Ob das mit der Sozial- und Gesundheitsministerin noch ein gutes Ende finden wird, darf bezweifelt werden. Die Regierungsspitze bemüht sich nicht einmal mehr, Beate Hartinger-Klein wenigstens rhetorisch den Rücken zu stärken.

Erst Mitte April vereinbarte die Ministerin mit den Ländern, dass diese bis Ende Juni "ein bis zwei" Vorschläge für eine einheitliche Mindestsicherung unterbreiten sollen. Am Dienstag erklärten Sebastian Kurz und Heinz-Christian Strache, der Bund werde bis 1. Juni einen Entwurf vorlegen. Und die Reform der Sozialversicherung soll bis Mitte Mai feststehen.

Eher unwahrscheinlich, dass die Länder oder sonst irgendwer die Sozialministerin jetzt noch als Politikerin wahrnehmen, mit der man Verhandlungen führt, deren Ergebnisse auch halten.

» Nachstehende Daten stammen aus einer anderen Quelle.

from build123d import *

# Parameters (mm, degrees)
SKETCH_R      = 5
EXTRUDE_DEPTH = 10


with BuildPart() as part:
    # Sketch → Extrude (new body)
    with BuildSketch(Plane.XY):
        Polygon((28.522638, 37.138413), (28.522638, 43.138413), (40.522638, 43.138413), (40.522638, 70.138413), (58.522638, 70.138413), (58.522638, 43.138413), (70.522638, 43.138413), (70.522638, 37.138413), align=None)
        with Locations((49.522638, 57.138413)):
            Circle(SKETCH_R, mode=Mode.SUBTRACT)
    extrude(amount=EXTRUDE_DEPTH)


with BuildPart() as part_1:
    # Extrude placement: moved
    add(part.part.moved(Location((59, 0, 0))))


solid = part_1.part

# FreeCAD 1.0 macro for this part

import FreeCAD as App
import Part
import Sketcher

V = App.Vector


def add_polygon(sketch, points):
    """Adds a closed chain of lines whose ends are joined by coincident constraints."""
    first, n = sketch.GeometryCount, len(points)
    for a, b in zip(points, points[1:] + points[:1]):
        sketch.addGeometry(Part.LineSegment(App.Vector(*a, 0), App.Vector(*b, 0)), False)
    for i in range(n):
        sketch.addConstraint(Sketcher.Constraint("Coincident", first + i, 2, first + (i + 1) % n, 1))

doc = App.newDocument("Part")
body = doc.addObject("PartDesign::Body", "Body")

sketch1 = body.newObject("Sketcher::SketchObject", "Sketch")
sketch1.AttachmentSupport = (doc.getObject("XY_Plane"), [""])
sketch1.MapMode = "FlatFace"
add_polygon(sketch1, [(29, 43), (29, 37), (71, 37), (71, 43), (59, 43), (59, 70), (41, 70), (41, 43)])
sketch1.addGeometry(Part.Circle(V(50, 57, 0), V(0, 0, 1), 5), False)
sketch1.addConstraint([
    Sketcher.Constraint("Vertical", 0),
    Sketcher.Constraint("Horizontal", 1),
    Sketcher.Constraint("Vertical", 2),
    Sketcher.Constraint("Horizontal", 3),
    Sketcher.Constraint("Vertical", 4),
    Sketcher.Constraint("Horizontal", 5),
    Sketcher.Constraint("Vertical", 6),
    Sketcher.Constraint("Horizontal", 7),
    Sketcher.Constraint("Horizontal", 3, 2, 6, 2),
    Sketcher.Constraint("Equal", 3, 7),
    Sketcher.Constraint("Diameter", 8, 10.0),
    Sketcher.Constraint("DistanceX", 1, 1, 1, 2, 42.0),
    Sketcher.Constraint("DistanceX", 3, 2, 3, 1, 12.0),
    Sketcher.Constraint("DistanceY", 0, 2, 0, 1, 6.0),
    Sketcher.Constraint("DistanceY", 4, 1, 4, 2, 27.0),
    Sketcher.Constraint("DistanceX", 0, 2, 8, 3, 21.0),
    Sketcher.Constraint("DistanceY", 0, 2, 8, 3, 20.0),
    Sketcher.Constraint("DistanceX", -1, 1, 0, 2, 28.522638),
    Sketcher.Constraint("DistanceY", -1, 1, 8, 3, 57.138413),
])
pad1 = body.newObject("PartDesign::Pad", "Pad")
pad1.Profile = sketch1
pad1.Length = 10
body2 = doc.addObject("PartDesign::Body", "Body001")
doc.recompute()

body.Placement = App.Placement(V(59, 0, 0), App.Rotation(V(0, 0, 1), 0))
boolean = body2.newObject("PartDesign::Boolean", "Boolean")
boolean.Type = "Fuse"
boolean.addObjects([body])

doc.recompute()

In der Sache selbst halten sich Kurz und Strache an das, was sie selbst von sich gefordert haben: Die zwei Monate bis zum Beginn der EU-Präsidentschaft sollen jetzt für innenpolitische Reformen genutzt werden. Bei Mindestsicherung wie Sozialversicherung muss die Regierung den Konsens mit den Ländern suchen. Zwar könnten ÖVP und FPÖ eine Regelung der Sozialhilfe auch mit Hilfe der Neos in die Verfassung schreiben. Realpolitisch ist es aber nicht sehr wahrscheinlich, dass Kurz seinen Landeshauptleuten auf diese Weise den Fehdehandschuh hinwirft. Er weiß, dass härtere Zeiten kommen werden und er dann die Unterstützung der Landesparteien braucht. Und die Landeshauptleute wissen um die Stärke ihrer Position.

Inhaltlich dürfte es auf das schwarz-grüne Vorarlberger Modell als Kompromiss hinauslaufen. Entscheidend wird sein, ob sich auch die FPÖ sowie die SPÖ-geführten Länder darauf verständigen.

Insbesondere für Wien steht dabei viel auf dem Spiel. Ab Mitte Mai steht hier Michael Ludwig an der Spitze. Finanziell kann die Stadt jede Kostenreduktion gut brauchen, zumal die Kosten der Mindestsicherung massiv gestiegen sind. Bisher wehrten sich die Grünen gegen Änderungen. Für SPÖ wie Grüne geht es um die Aufstellung für die spätestens 2020 anstehende Gemeinderatswahl. Sich als Gegenwicht zu Türkis-Blau zu positionieren, ist für beide verlockend. Michael Häupl hat damit alle Wahlen gewonnen. Ludwig wird dieses Asset nicht aus der Hand geben.

Die Frage ist, ob das Wiener Modell der Mindestsicherung das richtige politische Schlachtfeld ist. Ludwig selbst drängt auf Änderungen, das könnte ein Zeichen sein, dass er Türkis-Blau bei anderen Themen herausfordern will. Wohnen würde sich anbieten. So gesehen müssen sich die Wiener Grünen womöglich früher entscheiden, als ihnen lieb ist, welchen Weg sie einschlagen.